— WHAT IS BEING ASKED —
Produce an exact copy of the first line of the data below and each line after it, please, up to and including the one with "Rectangle(SKETCH1_W, SKETCH1_H)".

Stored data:
====

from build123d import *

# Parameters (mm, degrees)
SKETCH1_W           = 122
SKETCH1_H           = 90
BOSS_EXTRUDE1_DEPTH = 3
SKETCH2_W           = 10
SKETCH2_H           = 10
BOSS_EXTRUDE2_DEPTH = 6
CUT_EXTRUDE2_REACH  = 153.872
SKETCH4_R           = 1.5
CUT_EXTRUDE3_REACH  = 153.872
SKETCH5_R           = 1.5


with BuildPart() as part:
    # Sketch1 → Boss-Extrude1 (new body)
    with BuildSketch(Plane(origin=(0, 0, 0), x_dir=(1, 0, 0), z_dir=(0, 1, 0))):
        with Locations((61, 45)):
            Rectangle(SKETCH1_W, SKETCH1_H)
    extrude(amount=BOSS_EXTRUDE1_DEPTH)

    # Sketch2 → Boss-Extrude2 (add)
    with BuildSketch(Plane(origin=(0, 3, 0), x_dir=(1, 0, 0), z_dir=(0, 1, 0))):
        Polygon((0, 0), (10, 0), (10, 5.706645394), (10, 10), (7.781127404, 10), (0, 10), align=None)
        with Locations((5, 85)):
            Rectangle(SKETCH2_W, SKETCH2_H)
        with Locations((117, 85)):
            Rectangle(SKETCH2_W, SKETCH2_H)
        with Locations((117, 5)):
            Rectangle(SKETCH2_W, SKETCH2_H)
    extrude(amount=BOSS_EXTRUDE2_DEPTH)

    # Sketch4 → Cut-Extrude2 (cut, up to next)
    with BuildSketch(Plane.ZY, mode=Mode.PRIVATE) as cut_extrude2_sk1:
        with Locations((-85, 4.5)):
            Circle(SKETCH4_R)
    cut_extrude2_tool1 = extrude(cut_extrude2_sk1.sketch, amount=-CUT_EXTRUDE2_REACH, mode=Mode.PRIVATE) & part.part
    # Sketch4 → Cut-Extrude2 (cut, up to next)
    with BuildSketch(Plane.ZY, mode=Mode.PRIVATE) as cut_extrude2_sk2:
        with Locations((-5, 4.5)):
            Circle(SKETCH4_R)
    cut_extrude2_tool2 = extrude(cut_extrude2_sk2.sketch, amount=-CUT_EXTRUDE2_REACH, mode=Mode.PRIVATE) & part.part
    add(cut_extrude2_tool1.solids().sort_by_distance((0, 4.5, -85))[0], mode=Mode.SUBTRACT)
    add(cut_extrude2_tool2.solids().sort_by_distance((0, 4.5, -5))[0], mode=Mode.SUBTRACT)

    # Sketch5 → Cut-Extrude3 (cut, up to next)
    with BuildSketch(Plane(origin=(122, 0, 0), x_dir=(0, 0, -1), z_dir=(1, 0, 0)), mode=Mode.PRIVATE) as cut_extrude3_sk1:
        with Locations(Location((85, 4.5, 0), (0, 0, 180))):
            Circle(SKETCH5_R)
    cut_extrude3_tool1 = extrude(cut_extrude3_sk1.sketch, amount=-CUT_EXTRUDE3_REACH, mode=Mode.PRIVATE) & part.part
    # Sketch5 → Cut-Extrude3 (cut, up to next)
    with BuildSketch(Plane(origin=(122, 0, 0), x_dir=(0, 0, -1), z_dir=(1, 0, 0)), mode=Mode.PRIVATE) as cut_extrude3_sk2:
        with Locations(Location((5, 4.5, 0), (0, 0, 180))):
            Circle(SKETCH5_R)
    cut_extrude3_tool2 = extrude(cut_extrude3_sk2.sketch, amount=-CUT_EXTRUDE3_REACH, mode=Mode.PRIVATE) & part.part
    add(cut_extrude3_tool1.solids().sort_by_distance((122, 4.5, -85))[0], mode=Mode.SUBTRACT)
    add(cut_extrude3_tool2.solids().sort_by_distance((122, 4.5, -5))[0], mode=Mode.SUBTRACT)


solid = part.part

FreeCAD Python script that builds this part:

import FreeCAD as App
import Part
import Sketcher

V = App.Vector
Q = App.Units.Quantity


def add_polygon(sketch, points):
    """Adds a closed chain of lines whose ends are joined by coincident constraints."""
    first, n = sketch.GeometryCount, len(points)
    for a, b in zip(points, points[1:] + points[:1]):
        sketch.addGeometry(Part.LineSegment(App.Vector(*a, 0), App.Vector(*b, 0)), False)
    for i in range(n):
        sketch.addConstraint(Sketcher.Constraint("Coincident", first + i, 2, first + (i + 1) % n, 1))

doc = App.newDocument("Part")
body = doc.addObject("PartDesign::Body", "Body")

# Sketch on XZ plane
sketch1 = body.newObject("Sketcher::SketchObject", "Sketch")
sketch1.AttachmentSupport = (doc.getObject("XZ_Plane"), [""])
sketch1.MapMode = "FlatFace"
add_polygon(sketch1, [(0, -90), (0, 0), (122, 0), (122, -90)])  # lines 0-3
sketch1.addConstraint([
    Sketcher.Constraint("Vertical", 0),
    Sketcher.Constraint("Horizontal", 1),
    Sketcher.Constraint("Vertical", 2),
    Sketcher.Constraint("Horizontal", 3),
    Sketcher.Constraint("Coincident", 0, 2, -1, 1),
    Sketcher.Constraint("DistanceX", 1, 1, 1, 2, Q("122 mm")),
    Sketcher.Constraint("DistanceY", 0, 1, 0, 2, Q("90 mm")),
])
pad1 = body.newObject("PartDesign::Pad", "Pad")
pad1.Profile = sketch1
pad1.Length = 3
pad1.Reversed = True

# Sketch on XZ plane
sketch2 = body.newObject("Sketcher::SketchObject", "Sketch001")
sketch2.AttachmentSupport = (doc.getObject("XZ_Plane"), [""])
sketch2.MapMode = "FlatFace"
sketch2.AttachmentOffset = App.Placement(V(0, 0, -3), App.Rotation())
add_polygon(sketch2, [(0, 0), (10, 0), (10, -10), (0, -10)])  # lines 0-3
add_polygon(sketch2, [(0, -90), (0, -80), (10, -80), (10, -90)])  # lines 4-7
add_polygon(sketch2, [(112, -90), (112, -80), (122, -80), (122, -90)])  # lines 8-11
add_polygon(sketch2, [(112, -10), (112, 0), (122, 0), (122, -10)])  # lines 12-15
sketch2.addConstraint([
    Sketcher.Constraint("Horizontal", 0),
    Sketcher.Constraint("Vertical", 1),
    Sketcher.Constraint("Horizontal", 2),
    Sketcher.Constraint("Vertical", 3),
    Sketcher.Constraint("Vertical", 4),
    Sketcher.Constraint("Horizontal", 5),
    Sketcher.Constraint("Vertical", 6),
    Sketcher.Constraint("Horizontal", 7),
    Sketcher.Constraint("Vertical", 8),
    Sketcher.Constraint("Horizontal", 9),
    Sketcher.Constraint("Vertical", 10),
    Sketcher.Constraint("Horizontal", 11),
    Sketcher.Constraint("Vertical", 12),
    Sketcher.Constraint("Horizontal", 13),
    Sketcher.Constraint("Vertical", 14),
    Sketcher.Constraint("Horizontal", 15),
    Sketcher.Constraint("Coincident", 3, 2, -1, 1),
    Sketcher.Constraint("PointOnObject", 4, 2, -2),
    Sketcher.Constraint("PointOnObject", 12, 2, -1),
    Sketcher.Constraint("Horizontal", 5, 2, 8, 2),
    Sketcher.Constraint("Horizontal", 7, 2, 10, 2),
    Sketcher.Constraint("Horizontal", 2, 2, 14, 2),
    Sketcher.Constraint("Vertical", 1, 2, 5, 2),
    Sketcher.Constraint("Vertical", 11, 2, 12, 2),
    Sketcher.Constraint("Vertical", 10, 2, 13, 2),
    Sketcher.Constraint("Equal", 7, 9),
    Sketcher.Constraint("Equal", 15, 1),
    Sketcher.Constraint("Equal", 3, 4),
    Sketcher.Constraint("DistanceX", 0, 1, 0, 2, Q("10 mm")),
    Sketcher.Constraint("DistanceY", 4, 2, -1, 1, Q("80 mm")),
    Sketcher.Constraint("DistanceX", -1, 1, 8, 2, Q("112 mm")),
])
pad2 = body.newObject("PartDesign::Pad", "Pad001")
pad2.Profile = sketch2
pad2.Length = 6
pad2.Reversed = True

# Sketch on YZ plane
sketch3 = body.newObject("Sketcher::SketchObject", "Sketch002")
sketch3.AttachmentSupport = (doc.getObject("YZ_Plane"), [""])
sketch3.MapMode = "FlatFace"
sketch3.addGeometry(Part.Circle(V(4.5, -85, 0), V(0, 0, 1), 1.5), False)
sketch3.addConstraint([
    Sketcher.Constraint("Diameter", 0, Q("3 mm")),
    Sketcher.Constraint("DistanceY", 0, 3, -1, 1, Q("85 mm")),
    Sketcher.Constraint("DistanceX", -1, 1, 0, 3, Q("4.5 mm")),
])
pocket1 = body.newObject("PartDesign::Pocket", "Pocket")
pocket1.Profile = sketch3
pocket1.Type = "UpToFirst"
pocket1.Reversed = True

# Sketch on YZ plane
sketch4 = body.newObject("Sketcher::SketchObject", "Sketch003")
sketch4.AttachmentSupport = (doc.getObject("YZ_Plane"), [""])
sketch4.MapMode = "FlatFace"
sketch4.addGeometry(Part.Circle(V(4.5, -5, 0), V(0, 0, 1), 1.5), False)
sketch4.addConstraint([
    Sketcher.Constraint("Diameter", 0, Q("3 mm")),
    Sketcher.Constraint("DistanceY", 0, 3, -1, 1, Q("5 mm")),
    Sketcher.Constraint("DistanceX", -1, 1, 0, 3, Q("4.5 mm")),
])
pocket2 = body.newObject("PartDesign::Pocket", "Pocket001")
pocket2.Profile = sketch4
pocket2.Type = "UpToFirst"
pocket2.Reversed = True

# Sketch on YZ plane
sketch5 = body.newObject("Sketcher::SketchObject", "Sketch004")
sketch5.AttachmentSupport = (doc.getObject("YZ_Plane"), [""])
sketch5.MapMode = "FlatFace"
sketch5.AttachmentOffset = App.Placement(V(0, 0, 122), App.Rotation())
sketch5.addGeometry(Part.Circle(V(4.5, -85, 0), V(0, 0, 1), 1.5), False)
sketch5.addConstraint([
    Sketcher.Constraint("Diameter", 0, Q("3 mm")),
    Sketcher.Constraint("DistanceY", 0, 3, -1, 1, Q("85 mm")),
    Sketcher.Constraint("DistanceX", -1, 1, 0, 3, Q("4.5 mm")),
])
pocket3 = body.newObject("PartDesign::Pocket", "Pocket002")
pocket3.Profile = sketch5
pocket3.Type = "UpToFirst"

# Sketch on YZ plane
sketch6 = body.newObject("Sketcher::SketchObject", "Sketch005")
sketch6.AttachmentSupport = (doc.getObject("YZ_Plane"), [""])
sketch6.MapMode = "FlatFace"
sketch6.AttachmentOffset = App.Placement(V(0, 0, 122), App.Rotation())
sketch6.addGeometry(Part.Circle(V(4.5, -5, 0), V(0, 0, 1), 1.5), False)
sketch6.addConstraint([
    Sketcher.Constraint("Diameter", 0, Q("3 mm")),
    Sketcher.Constraint("DistanceY", 0, 3, -1, 1, Q("5 mm")),
    Sketcher.Constraint("DistanceX", -1, 1, 0, 3, Q("4.5 mm")),
])
pocket4 = body.newObject("PartDesign::Pocket", "Pocket003")
pocket4.Profile = sketch6
pocket4.Type = "UpToFirst"

doc.recompute()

====

— TASK OUTPUT —
from build123d import *

# Parameters (mm, degrees)
SKETCH1_W           = 122
SKETCH1_H           = 90
BOSS_EXTRUDE1_DEPTH = 3
SKETCH2_W           = 10
SKETCH2_H           = 10
BOSS_EXTRUDE2_DEPTH = 6
CUT_EXTRUDE2_REACH  = 153.872
SKETCH4_R           = 1.5
CUT_EXTRUDE3_REACH  = 153.872
SKETCH5_R           = 1.5


with BuildPart() as part:
    # Sketch1 → Boss-Extrude1 (new body)
    with BuildSketch(Plane(origin=(0, 0, 0), x_dir=(1, 0, 0), z_dir=(0, 1, 0))):
        with Locations((61, 45)):
            Rectangle(SKETCH1_W, SKETCH1_H)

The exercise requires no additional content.